(Beginning of Data extracts)
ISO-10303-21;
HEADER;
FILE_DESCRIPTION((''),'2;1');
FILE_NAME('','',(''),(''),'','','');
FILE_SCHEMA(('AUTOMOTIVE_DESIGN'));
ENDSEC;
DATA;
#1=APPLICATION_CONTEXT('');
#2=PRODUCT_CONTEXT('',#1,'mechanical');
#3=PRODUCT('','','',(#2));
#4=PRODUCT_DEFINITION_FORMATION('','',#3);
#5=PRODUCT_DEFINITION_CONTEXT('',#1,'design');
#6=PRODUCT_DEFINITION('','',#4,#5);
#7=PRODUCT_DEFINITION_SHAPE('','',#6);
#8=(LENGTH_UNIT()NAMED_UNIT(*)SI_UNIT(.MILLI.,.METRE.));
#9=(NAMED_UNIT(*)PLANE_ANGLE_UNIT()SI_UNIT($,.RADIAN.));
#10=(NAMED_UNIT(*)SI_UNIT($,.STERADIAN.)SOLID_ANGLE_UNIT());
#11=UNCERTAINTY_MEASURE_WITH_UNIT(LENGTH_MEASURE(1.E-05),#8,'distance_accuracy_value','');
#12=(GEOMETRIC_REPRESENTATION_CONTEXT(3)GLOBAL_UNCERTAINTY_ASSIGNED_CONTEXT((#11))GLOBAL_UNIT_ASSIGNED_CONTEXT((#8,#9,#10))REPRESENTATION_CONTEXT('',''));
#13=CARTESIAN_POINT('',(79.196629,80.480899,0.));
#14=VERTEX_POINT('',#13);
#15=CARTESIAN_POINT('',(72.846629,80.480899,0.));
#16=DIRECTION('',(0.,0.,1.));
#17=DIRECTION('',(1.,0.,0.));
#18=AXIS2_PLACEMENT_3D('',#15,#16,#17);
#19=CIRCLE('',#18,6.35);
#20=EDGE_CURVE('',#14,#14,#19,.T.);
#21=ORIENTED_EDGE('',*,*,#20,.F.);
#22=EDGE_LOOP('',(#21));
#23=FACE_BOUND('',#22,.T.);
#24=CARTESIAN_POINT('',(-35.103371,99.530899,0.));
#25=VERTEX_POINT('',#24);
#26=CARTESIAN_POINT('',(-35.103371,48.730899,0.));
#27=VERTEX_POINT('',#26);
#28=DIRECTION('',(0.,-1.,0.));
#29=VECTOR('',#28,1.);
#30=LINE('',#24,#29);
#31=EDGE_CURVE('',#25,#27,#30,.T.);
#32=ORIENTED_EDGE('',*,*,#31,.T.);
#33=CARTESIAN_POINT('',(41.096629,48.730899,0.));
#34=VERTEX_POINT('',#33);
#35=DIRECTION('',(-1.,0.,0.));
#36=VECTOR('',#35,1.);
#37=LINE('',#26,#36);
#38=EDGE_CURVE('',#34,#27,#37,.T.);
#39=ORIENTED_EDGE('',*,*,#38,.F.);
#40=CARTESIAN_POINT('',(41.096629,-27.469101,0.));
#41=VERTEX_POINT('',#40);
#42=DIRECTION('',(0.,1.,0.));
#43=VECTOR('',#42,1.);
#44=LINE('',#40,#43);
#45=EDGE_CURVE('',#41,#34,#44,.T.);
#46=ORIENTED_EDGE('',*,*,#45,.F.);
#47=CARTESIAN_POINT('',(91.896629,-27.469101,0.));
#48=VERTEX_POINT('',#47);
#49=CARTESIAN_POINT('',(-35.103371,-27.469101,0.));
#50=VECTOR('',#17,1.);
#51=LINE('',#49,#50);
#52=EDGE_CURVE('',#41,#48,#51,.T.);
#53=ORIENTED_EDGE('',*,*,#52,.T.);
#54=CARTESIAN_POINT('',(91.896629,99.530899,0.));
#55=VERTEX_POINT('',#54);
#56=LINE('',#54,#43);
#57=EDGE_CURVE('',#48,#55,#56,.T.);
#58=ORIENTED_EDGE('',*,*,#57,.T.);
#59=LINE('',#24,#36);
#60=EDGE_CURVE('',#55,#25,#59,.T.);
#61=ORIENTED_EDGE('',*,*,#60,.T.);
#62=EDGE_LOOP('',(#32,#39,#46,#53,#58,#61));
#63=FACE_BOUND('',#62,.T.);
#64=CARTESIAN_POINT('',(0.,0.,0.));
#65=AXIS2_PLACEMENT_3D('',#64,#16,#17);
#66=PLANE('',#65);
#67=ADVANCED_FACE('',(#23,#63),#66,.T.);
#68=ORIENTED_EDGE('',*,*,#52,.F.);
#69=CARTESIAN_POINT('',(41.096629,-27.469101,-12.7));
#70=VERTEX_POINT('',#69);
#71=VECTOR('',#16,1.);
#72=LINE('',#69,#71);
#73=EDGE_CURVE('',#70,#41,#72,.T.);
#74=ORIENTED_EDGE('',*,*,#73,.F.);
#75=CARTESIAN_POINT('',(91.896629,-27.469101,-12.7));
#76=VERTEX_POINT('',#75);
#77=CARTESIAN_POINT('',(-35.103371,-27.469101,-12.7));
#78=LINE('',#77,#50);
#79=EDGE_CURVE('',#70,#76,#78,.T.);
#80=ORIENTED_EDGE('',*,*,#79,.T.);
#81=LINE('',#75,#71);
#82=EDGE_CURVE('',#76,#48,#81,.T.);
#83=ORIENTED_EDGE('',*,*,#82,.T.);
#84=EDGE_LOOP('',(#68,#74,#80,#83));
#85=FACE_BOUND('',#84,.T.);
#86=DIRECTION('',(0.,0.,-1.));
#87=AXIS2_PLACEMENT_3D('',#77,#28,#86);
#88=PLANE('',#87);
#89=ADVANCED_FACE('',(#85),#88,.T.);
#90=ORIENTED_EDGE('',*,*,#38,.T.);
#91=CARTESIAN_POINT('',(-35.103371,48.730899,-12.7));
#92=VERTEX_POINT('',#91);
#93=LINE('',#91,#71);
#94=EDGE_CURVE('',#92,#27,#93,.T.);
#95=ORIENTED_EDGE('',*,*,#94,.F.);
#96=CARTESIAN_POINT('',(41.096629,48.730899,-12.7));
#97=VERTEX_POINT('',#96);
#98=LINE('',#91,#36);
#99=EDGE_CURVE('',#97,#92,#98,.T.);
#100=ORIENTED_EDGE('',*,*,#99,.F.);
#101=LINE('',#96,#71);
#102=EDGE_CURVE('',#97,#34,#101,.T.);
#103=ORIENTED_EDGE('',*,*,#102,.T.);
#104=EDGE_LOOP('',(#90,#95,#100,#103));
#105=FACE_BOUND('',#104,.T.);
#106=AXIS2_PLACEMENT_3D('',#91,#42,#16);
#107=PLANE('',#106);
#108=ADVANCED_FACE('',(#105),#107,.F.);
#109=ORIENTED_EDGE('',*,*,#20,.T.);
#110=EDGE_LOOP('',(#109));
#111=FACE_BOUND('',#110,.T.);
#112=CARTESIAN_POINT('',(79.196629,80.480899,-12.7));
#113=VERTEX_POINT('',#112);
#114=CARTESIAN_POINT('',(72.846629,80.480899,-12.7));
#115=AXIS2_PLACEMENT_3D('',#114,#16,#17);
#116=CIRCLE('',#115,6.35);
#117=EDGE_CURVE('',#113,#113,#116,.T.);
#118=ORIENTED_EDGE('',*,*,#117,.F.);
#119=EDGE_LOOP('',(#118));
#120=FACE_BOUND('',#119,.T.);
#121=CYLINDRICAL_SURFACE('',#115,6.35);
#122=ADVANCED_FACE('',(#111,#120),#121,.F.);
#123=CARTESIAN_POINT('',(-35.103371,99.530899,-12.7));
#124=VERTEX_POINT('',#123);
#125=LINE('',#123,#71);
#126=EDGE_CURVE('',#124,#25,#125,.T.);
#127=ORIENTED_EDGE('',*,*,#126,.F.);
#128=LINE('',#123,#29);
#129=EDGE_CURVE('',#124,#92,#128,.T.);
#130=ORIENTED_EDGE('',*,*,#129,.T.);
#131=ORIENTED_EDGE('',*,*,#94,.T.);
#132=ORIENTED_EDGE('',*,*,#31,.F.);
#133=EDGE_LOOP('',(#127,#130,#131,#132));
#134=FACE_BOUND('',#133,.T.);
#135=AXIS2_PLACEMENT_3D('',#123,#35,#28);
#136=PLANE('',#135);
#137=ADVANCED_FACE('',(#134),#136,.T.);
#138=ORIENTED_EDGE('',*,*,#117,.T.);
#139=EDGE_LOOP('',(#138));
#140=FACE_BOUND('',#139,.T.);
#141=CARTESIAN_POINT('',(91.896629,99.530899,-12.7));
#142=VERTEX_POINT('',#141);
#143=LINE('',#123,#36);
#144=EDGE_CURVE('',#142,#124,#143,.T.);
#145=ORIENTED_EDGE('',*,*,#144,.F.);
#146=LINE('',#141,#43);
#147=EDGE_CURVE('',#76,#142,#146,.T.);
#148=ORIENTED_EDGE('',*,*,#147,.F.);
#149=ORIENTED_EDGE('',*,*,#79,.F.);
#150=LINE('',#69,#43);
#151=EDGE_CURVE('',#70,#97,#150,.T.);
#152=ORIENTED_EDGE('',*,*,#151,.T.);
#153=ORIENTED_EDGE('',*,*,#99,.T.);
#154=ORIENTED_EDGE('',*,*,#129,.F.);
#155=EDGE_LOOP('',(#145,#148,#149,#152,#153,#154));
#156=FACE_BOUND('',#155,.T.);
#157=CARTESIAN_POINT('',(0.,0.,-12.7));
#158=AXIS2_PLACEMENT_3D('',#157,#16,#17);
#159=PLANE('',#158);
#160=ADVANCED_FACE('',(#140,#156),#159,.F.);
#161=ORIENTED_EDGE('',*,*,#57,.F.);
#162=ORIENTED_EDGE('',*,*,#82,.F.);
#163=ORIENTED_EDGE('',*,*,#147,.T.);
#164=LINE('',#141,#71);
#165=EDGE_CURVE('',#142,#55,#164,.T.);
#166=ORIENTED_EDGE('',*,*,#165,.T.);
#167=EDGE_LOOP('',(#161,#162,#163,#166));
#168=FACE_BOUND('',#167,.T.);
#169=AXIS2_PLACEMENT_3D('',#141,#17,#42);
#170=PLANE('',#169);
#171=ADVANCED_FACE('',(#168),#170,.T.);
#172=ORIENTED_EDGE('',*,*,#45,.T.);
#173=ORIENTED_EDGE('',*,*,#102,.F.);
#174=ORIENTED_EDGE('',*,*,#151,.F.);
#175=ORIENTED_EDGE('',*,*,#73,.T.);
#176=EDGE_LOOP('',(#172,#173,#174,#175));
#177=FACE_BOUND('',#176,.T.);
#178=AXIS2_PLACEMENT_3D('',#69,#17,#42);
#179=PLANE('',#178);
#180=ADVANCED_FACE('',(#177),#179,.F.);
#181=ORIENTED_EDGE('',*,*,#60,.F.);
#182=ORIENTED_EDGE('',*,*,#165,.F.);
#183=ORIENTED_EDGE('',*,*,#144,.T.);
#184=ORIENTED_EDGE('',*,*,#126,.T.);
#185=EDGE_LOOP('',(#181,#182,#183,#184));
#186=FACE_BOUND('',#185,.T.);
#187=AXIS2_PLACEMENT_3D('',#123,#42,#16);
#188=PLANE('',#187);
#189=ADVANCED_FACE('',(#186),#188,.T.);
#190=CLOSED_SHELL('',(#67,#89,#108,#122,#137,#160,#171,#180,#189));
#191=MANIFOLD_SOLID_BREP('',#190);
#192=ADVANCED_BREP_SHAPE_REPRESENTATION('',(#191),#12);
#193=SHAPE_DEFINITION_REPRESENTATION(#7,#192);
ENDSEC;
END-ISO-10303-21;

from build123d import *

# Parameters (mm, degrees)
SKETCH1_W               = 127
SKETCH1_H               = 127
BOSS_EXTRUDE1_DEPTH     = 12.7
CUT_EXTRUDE1_DEPTH      = 137.061310783
CUT_EXTRUDE1_DEPTH_BACK = 137.061310783
SKETCH3_W               = 76.2
SKETCH3_H               = 76.2
CUT_EXTRUDE2_DEPTH      = 137.061310783
CUT_EXTRUDE2_DEPTH_BACK = 137.061310783
SKETCH4_R               = 6.35


with BuildPart() as part:
    # Sketch1 → Boss-Extrude1 (new body)
    with BuildSketch(Plane.XY):
        with Locations((28.396629213, 36.030898876)):
            Rectangle(SKETCH1_W, SKETCH1_H)
    extrude(amount=-BOSS_EXTRUDE1_DEPTH)

    # Sketch3 → Cut-Extrude1 (cut, two sides: drawn at the far end of the back side and taken through both)
    with BuildSketch(Plane.XY.offset(-CUT_EXTRUDE1_DEPTH_BACK)):
        with Locations((2.996629213, 10.630898876)):
            Rectangle(SKETCH3_W, SKETCH3_H)
    extrude(amount=CUT_EXTRUDE1_DEPTH + CUT_EXTRUDE1_DEPTH_BACK, mode=Mode.SUBTRACT)

    # Sketch4 → Cut-Extrude2 (cut, two sides: drawn at the far end of the back side and taken through both)
    with BuildSketch(Plane.XY.offset(-CUT_EXTRUDE2_DEPTH_BACK)):
        with Locations((72.846629213, 80.480898876)):
            Circle(SKETCH4_R)
    extrude(amount=CUT_EXTRUDE2_DEPTH + CUT_EXTRUDE2_DEPTH_BACK, mode=Mode.SUBTRACT)


solid = part.part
(End of Data extracts)
Required work: In the records above, the line with "#139=EDGE_LOOP('',(#138));" marks the start and the line with "#146=LINE('',#141,#43);" marks the end; copy that stretch exactly, both lines included, and nothing else.

Result of this task:
#139=EDGE_LOOP('',(#138));
#140=FACE_BOUND('',#139,.T.);
#141=CARTESIAN_POINT('',(91.896629,99.530899,-12.7));
#142=VERTEX_POINT('',#141);
#143=LINE('',#123,#36);
#144=EDGE_CURVE('',#142,#124,#143,.T.);
#145=ORIENTED_EDGE('',*,*,#144,.F.);
#146=LINE('',#141,#43);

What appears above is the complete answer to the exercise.